** PROVIDED DATA follows **

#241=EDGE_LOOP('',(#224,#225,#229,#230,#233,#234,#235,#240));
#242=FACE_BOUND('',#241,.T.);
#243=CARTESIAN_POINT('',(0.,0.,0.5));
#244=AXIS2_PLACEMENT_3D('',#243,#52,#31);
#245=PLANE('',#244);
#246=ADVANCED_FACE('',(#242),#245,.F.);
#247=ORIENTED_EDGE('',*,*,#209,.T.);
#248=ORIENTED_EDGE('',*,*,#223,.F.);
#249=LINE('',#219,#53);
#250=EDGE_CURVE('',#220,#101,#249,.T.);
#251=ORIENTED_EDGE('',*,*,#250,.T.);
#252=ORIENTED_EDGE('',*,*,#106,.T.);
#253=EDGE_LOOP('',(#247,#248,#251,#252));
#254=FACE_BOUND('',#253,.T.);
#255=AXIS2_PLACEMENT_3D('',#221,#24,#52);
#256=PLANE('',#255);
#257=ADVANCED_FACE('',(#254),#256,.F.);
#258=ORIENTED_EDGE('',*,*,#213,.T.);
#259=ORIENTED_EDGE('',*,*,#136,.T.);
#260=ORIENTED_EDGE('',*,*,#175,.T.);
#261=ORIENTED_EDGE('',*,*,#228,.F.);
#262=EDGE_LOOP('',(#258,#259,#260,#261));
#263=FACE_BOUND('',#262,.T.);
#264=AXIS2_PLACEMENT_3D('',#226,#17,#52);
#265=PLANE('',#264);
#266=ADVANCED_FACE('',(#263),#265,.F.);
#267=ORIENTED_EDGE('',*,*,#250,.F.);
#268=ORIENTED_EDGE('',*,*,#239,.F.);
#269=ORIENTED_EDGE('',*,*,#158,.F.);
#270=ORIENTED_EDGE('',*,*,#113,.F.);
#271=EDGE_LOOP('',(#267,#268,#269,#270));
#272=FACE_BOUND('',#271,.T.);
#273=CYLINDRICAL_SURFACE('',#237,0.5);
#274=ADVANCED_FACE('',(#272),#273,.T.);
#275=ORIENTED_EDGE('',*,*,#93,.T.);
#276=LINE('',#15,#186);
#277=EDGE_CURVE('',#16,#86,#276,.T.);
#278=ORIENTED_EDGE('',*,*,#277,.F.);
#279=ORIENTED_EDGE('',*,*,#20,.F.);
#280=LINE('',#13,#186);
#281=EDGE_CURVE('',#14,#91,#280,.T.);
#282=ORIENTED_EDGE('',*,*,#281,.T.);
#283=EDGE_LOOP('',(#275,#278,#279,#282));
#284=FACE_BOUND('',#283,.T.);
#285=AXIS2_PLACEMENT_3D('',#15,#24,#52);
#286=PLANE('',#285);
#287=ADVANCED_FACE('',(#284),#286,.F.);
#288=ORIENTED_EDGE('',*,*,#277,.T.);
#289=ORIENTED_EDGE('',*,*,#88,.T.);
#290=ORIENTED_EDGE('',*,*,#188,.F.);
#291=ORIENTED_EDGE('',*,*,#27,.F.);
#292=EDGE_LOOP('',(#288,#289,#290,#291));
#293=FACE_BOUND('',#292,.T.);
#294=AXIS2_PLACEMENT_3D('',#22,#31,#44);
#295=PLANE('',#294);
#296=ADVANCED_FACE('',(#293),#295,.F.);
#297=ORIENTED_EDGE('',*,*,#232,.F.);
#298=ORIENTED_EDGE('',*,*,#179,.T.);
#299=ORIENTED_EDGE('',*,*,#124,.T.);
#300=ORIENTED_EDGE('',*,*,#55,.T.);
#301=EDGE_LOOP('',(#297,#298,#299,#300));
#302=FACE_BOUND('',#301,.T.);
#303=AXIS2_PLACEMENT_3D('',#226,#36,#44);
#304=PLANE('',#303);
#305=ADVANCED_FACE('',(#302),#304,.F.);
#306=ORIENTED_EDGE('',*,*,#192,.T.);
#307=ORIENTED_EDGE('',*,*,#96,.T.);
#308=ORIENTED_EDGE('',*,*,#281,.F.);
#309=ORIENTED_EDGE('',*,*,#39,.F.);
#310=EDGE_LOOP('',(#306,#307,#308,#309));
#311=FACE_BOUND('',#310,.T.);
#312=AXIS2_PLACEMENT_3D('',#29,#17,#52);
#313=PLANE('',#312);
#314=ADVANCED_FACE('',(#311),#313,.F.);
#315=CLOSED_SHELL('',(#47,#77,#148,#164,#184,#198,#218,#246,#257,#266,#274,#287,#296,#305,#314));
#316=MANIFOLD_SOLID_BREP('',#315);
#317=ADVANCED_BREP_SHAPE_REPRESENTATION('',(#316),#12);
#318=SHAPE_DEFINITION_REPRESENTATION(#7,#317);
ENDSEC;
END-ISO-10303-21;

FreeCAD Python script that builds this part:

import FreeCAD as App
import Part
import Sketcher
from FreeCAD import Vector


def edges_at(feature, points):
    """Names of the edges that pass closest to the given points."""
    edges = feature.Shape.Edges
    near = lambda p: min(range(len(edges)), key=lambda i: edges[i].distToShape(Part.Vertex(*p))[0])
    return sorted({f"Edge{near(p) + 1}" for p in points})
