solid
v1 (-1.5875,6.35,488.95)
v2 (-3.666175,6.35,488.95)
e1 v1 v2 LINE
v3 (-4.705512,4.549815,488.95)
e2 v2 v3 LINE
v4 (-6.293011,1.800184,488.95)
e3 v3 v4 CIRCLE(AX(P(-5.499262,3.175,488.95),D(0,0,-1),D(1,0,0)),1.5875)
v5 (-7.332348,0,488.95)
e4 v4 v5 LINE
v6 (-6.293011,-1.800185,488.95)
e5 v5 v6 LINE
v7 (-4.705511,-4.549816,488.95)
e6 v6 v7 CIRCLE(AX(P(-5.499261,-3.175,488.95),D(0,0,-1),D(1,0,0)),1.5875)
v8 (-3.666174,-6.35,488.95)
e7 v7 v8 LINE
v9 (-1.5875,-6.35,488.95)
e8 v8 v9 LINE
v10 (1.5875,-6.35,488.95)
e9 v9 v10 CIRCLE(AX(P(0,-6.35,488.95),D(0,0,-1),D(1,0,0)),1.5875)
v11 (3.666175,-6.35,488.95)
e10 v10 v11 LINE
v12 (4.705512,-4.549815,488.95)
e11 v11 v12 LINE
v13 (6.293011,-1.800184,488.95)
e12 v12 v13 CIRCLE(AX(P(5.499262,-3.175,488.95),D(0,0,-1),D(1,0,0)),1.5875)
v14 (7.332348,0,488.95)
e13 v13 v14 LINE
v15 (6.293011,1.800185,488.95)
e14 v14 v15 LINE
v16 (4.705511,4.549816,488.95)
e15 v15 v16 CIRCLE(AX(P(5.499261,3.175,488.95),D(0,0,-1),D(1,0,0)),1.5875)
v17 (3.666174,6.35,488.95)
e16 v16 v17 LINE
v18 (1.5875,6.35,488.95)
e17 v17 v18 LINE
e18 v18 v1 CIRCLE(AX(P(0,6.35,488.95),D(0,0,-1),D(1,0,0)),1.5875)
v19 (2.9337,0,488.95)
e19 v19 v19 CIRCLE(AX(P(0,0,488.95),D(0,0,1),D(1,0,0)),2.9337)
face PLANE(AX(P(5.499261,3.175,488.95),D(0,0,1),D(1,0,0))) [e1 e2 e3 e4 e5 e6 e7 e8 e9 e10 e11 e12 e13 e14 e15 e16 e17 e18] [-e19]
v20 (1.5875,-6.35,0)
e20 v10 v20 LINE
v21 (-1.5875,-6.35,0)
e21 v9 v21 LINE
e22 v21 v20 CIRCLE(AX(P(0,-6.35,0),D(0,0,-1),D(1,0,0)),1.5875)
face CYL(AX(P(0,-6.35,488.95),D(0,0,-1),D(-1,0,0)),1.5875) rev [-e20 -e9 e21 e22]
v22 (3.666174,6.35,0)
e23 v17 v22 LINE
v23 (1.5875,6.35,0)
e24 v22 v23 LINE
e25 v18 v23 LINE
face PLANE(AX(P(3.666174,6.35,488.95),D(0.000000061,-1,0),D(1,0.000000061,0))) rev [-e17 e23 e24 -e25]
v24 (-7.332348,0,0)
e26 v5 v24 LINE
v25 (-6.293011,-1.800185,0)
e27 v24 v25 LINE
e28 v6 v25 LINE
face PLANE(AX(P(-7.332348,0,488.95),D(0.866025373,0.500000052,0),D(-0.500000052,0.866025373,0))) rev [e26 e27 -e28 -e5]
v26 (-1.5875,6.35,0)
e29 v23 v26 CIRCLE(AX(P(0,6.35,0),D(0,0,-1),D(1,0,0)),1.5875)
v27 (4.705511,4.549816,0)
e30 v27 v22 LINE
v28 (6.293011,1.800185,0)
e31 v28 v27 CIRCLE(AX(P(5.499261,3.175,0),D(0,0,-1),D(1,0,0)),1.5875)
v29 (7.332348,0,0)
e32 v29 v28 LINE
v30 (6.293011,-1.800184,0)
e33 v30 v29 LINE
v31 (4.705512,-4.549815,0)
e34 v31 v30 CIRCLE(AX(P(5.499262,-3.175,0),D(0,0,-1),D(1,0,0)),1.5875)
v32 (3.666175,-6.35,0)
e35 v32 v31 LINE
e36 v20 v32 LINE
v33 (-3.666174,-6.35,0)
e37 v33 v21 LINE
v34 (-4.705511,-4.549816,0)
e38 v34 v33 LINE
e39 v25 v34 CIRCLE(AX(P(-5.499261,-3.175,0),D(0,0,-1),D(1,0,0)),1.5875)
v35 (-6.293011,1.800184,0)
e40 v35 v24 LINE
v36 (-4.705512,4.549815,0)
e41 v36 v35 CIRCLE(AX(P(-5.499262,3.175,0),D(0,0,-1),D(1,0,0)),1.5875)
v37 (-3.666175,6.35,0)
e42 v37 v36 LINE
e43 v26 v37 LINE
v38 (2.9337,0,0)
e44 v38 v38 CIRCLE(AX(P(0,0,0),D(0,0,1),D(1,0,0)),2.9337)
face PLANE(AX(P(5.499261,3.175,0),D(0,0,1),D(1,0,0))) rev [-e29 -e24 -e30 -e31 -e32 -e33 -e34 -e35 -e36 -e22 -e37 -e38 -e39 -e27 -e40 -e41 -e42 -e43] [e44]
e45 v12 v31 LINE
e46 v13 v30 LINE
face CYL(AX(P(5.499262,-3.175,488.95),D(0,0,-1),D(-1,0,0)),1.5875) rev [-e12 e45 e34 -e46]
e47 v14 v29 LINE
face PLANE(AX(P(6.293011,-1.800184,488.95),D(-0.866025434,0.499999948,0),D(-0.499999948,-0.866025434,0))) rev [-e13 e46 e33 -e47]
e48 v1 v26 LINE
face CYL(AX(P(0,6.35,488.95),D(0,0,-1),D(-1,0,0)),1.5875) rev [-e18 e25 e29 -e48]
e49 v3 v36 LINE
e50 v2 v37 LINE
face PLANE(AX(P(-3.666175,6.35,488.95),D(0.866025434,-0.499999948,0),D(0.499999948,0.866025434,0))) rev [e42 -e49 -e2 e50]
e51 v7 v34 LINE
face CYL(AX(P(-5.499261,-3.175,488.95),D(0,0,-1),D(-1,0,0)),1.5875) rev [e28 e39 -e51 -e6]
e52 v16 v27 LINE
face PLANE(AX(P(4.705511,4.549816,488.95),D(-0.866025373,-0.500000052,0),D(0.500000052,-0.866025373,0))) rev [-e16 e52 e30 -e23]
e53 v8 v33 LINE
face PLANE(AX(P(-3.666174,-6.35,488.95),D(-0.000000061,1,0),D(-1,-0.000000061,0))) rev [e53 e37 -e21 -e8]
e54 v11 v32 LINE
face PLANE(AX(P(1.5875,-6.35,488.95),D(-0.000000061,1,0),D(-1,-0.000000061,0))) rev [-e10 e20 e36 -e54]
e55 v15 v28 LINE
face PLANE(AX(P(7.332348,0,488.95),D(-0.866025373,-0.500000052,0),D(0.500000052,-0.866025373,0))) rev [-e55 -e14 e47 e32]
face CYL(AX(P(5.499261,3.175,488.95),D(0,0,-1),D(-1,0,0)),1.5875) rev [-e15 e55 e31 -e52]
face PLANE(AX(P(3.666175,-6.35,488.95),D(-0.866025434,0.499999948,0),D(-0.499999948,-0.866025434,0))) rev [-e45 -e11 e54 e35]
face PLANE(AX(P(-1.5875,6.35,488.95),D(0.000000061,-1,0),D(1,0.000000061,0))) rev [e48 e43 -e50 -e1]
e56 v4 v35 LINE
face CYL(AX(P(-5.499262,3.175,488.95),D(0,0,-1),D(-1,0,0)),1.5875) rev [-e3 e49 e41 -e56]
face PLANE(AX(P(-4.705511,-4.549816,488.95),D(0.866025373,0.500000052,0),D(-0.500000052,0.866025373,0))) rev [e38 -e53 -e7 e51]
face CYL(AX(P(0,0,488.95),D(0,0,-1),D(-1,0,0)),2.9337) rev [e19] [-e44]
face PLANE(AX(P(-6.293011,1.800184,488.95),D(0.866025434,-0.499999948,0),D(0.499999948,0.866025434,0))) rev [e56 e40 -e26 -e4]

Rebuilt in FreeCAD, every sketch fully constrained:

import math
import FreeCAD as App
import Part
import Sketcher

V = App.Vector
Q = App.Units.Quantity

doc = App.newDocument("Part")
params = doc.addObject("Spreadsheet::Sheet", "Params")
for row, (alias, value) in enumerate([
    ("sketch1_diameter", "0.231 in"),
    ("sketch1_radius", "0.0625 in"),
    ("pad1_length", "19.25 in"),
], start=1):
    params.set(f"A{row}", alias)
    params.set(f"B{row}", "=" + value)
    params.setAlias(f"B{row}", alias)

body = doc.addObject("PartDesign::Body", "Body")

sketch1 = body.newObject("Sketcher::SketchObject", "Sketch")
sketch1.AttachmentSupport = (doc.getObject("XY_Plane"), [""])
sketch1.MapMode = "FlatFace"
sketch1.addGeometry(Part.LineSegment(V(-1.6, 6.3, 0), V(-3.7, 6.3, 0)), False)
sketch1.addGeometry(Part.LineSegment(V(-3.7, 6.3, 0), V(-4.7, 4.5, 0)), False)
sketch1.addGeometry(Part.ArcOfCircle(Part.Circle(V(-5.5, 3.2, 0), V(0, 0, 1), 1.6), math.radians(-120), math.radians(60)), False)
sketch1.addGeometry(Part.LineSegment(V(-6.3, 1.8, 0), V(-7.3, 0, 0)), False)
sketch1.addGeometry(Part.LineSegment(V(-7.3, 0, 0), V(-6.3, -1.8, 0)), False)
sketch1.addGeometry(Part.ArcOfCircle(Part.Circle(V(-5.5, -3.2, 0), V(0, 0, 1), 1.6), math.radians(-60), math.radians(120)), False)
sketch1.addGeometry(Part.LineSegment(V(-4.7, -4.5, 0), V(-3.7, -6.4, 0)), False)
sketch1.addGeometry(Part.LineSegment(V(-3.7, -6.4, 0), V(-1.6, -6.4, 0)), False)
sketch1.addGeometry(Part.ArcOfCircle(Part.Circle(V(0, -6.3, 0), V(0, 0, 1), 1.6), math.radians(0), math.radians(180)), False)
sketch1.addGeometry(Part.LineSegment(V(1.6, -6.3, 0), V(3.7, -6.3, 0)), False)
sketch1.addGeometry(Part.LineSegment(V(3.7, -6.3, 0), V(4.7, -4.5, 0)), False)
sketch1.addGeometry(Part.ArcOfCircle(Part.Circle(V(5.5, -3.2, 0), V(0, 0, 1), 1.6), math.radians(60), math.radians(240)), False)
sketch1.addGeometry(Part.LineSegment(V(6.3, -1.8, 0), V(7.3, 0, 0)), False)
sketch1.addGeometry(Part.LineSegment(V(7.3, 0, 0), V(6.3, 1.8, 0)), False)
sketch1.addGeometry(Part.ArcOfCircle(Part.Circle(V(5.5, 3.2, 0), V(0, 0, 1), 1.6), math.radians(120), math.radians(300)), False)
sketch1.addGeometry(Part.LineSegment(V(4.7, 4.5, 0), V(3.7, 6.4, 0)), False)
sketch1.addGeometry(Part.LineSegment(V(3.7, 6.4, 0), V(1.6, 6.4, 0)), False)
sketch1.addGeometry(Part.ArcOfCircle(Part.Circle(V(0, 6.3, 0), V(0, 0, 1), 1.6), math.radians(-180), math.radians(0)), False)
sketch1.addGeometry(Part.Circle(V(0, 0, 0), V(0, 0, 1), 2.9), False)
sketch1.addConstraint(Sketcher.Constraint("Coincident", 0, 2, 1, 1))
sketch1.addConstraint(Sketcher.Constraint("Coincident", 1, 2, 2, 2))
sketch1.addConstraint(Sketcher.Constraint("Coincident", 2, 1, 3, 1))
sketch1.addConstraint(Sketcher.Constraint("Coincident", 3, 2, 4, 1))
sketch1.addConstraint(Sketcher.Constraint("Coincident", 4, 2, 5, 2))
sketch1.addConstraint(Sketcher.Constraint("Coincident", 5, 1, 6, 1))
sketch1.addConstraint(Sketcher.Constraint("Coincident", 6, 2, 7, 1))
sketch1.addConstraint(Sketcher.Constraint("Coincident", 7, 2, 8, 2))
sketch1.addConstraint(Sketcher.Constraint("Coincident", 8, 1, 9, 1))
sketch1.addConstraint(Sketcher.Constraint("Coincident", 9, 2, 10, 1))
sketch1.addConstraint(Sketcher.Constraint("Coincident", 10, 2, 11, 2))
sketch1.addConstraint(Sketcher.Constraint("Coincident", 11, 1, 12, 1))
sketch1.addConstraint(Sketcher.Constraint("Coincident", 12, 2, 13, 1))
sketch1.addConstraint(Sketcher.Constraint("Coincident", 13, 2, 14, 2))
sketch1.addConstraint(Sketcher.Constraint("Coincident", 14, 1, 15, 1))
sketch1.addConstraint(Sketcher.Constraint("Coincident", 15, 2, 16, 1))
sketch1.addConstraint(Sketcher.Constraint("Coincident", 16, 2, 17, 2))
sketch1.addConstraint(Sketcher.Constraint("Coincident", 17, 1, 0, 1))
sketch1.addConstraint(Sketcher.Constraint("Horizontal", 0))
sketch1.addConstraint(Sketcher.Constraint("Horizontal", 7))
sketch1.addConstraint(Sketcher.Constraint("Horizontal", 9))
sketch1.addConstraint(Sketcher.Constraint("Horizontal", 16))
sketch1.addConstraint(Sketcher.Constraint("Coincident", 18, 3, -1, 1))
sketch1.addConstraint(Sketcher.Constraint("Equal", 2, 5))
sketch1.addConstraint(Sketcher.Constraint("Equal", 5, 8))
sketch1.addConstraint(Sketcher.Constraint("Equal", 8, 11))
sketch1.addConstraint(Sketcher.Constraint("Equal", 11, 14))
sketch1.addConstraint(Sketcher.Constraint("Equal", 14, 17))
sketch1.addConstraint(Sketcher.Constraint("Symmetric", 2, 3, 11, 3, -1, 1))
sketch1.addConstraint(Sketcher.Constraint("Symmetric", 5, 3, 14, 3, -1, 1))
sketch1.addConstraint(Sketcher.Constraint("Symmetric", 8, 3, 17, 3, -1, 1))
sketch1.addConstraint(Sketcher.Constraint("Symmetric", 0, 2, 9, 2, -1, 1))
sketch1.addConstraint(Sketcher.Constraint("Symmetric", 3, 2, 12, 2, -1, 1))
sketch1.addConstraint(Sketcher.Constraint("Symmetric", 6, 2, 15, 2, -1, 1))
sketch1.addConstraint(Sketcher.Constraint("Symmetric", 5, 3, 11, 3, -2))
sketch1.addConstraint(Sketcher.Constraint("Symmetric", 7, 2, 8, 1, -2))
sketch1.addConstraint(Sketcher.Constraint("PointOnObject", 3, 2, -1))
sketch1.addConstraint(Sketcher.Constraint("Parallel", 1, 3))
sketch1.addConstraint(Sketcher.Constraint("Parallel", 4, 6))
sketch1.addConstraint(Sketcher.Constraint("Parallel", 3, 10))
sketch1.addConstraint(Sketcher.Constraint("Parallel", 10, 12))
sketch1.addConstraint(Sketcher.Constraint("Parallel", 6, 13))
sketch1.addConstraint(Sketcher.Constraint("Parallel", 13, 15))
sketch1.addConstraint(Sketcher.Constraint("Horizontal", 17, 3, 0, 2))
sketch1.addConstraint(Sketcher.Constraint("Horizontal", 5, 1, 10, 2))
sketch1.addConstraint(Sketcher.Constraint("Horizontal", 4, 2, 11, 1))
sketch1.addConstraint(Sketcher.Constraint("Equal", 1, 3))
sketch1.addConstraint(Sketcher.Constraint("Diameter", 18, Q("0.231 in")))
sketch1.addConstraint(Sketcher.Constraint("Angle", 1, Q("-119.999997 deg")))
sketch1.addConstraint(Sketcher.Constraint("Radius", 2, Q("0.0625 in")))
sketch1.addConstraint(Sketcher.Constraint("DistanceY", 8, 3, 17, 3, Q("0.5 in")))
sketch1.addConstraint(Sketcher.Constraint("DistanceY", 5, 3, 2, 3, Q("0.25 in")))
sketch1.addConstraint(Sketcher.Constraint("DistanceX", 2, 3, 1, 2, Q("0.03125 in")))
sketch1.addConstraint(Sketcher.Constraint("DistanceX", 0, 2, 0, 1, Q("2.078674 mm")))
sketch1.setExpression("Constraints[47]", "Params.sketch1_diameter")
sketch1.setExpression("Constraints[49]", "Params.sketch1_radius")
pad1 = body.newObject("PartDesign::Pad", "Pad")
pad1.Profile = sketch1
pad1.setExpression("Length", "Params.pad1_length")

doc.recompute()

** End of PROVIDED DATA **

The answer should be a number alone: the count of lines in the records that hold the word "points".

EXERCISE SOLUTION: 3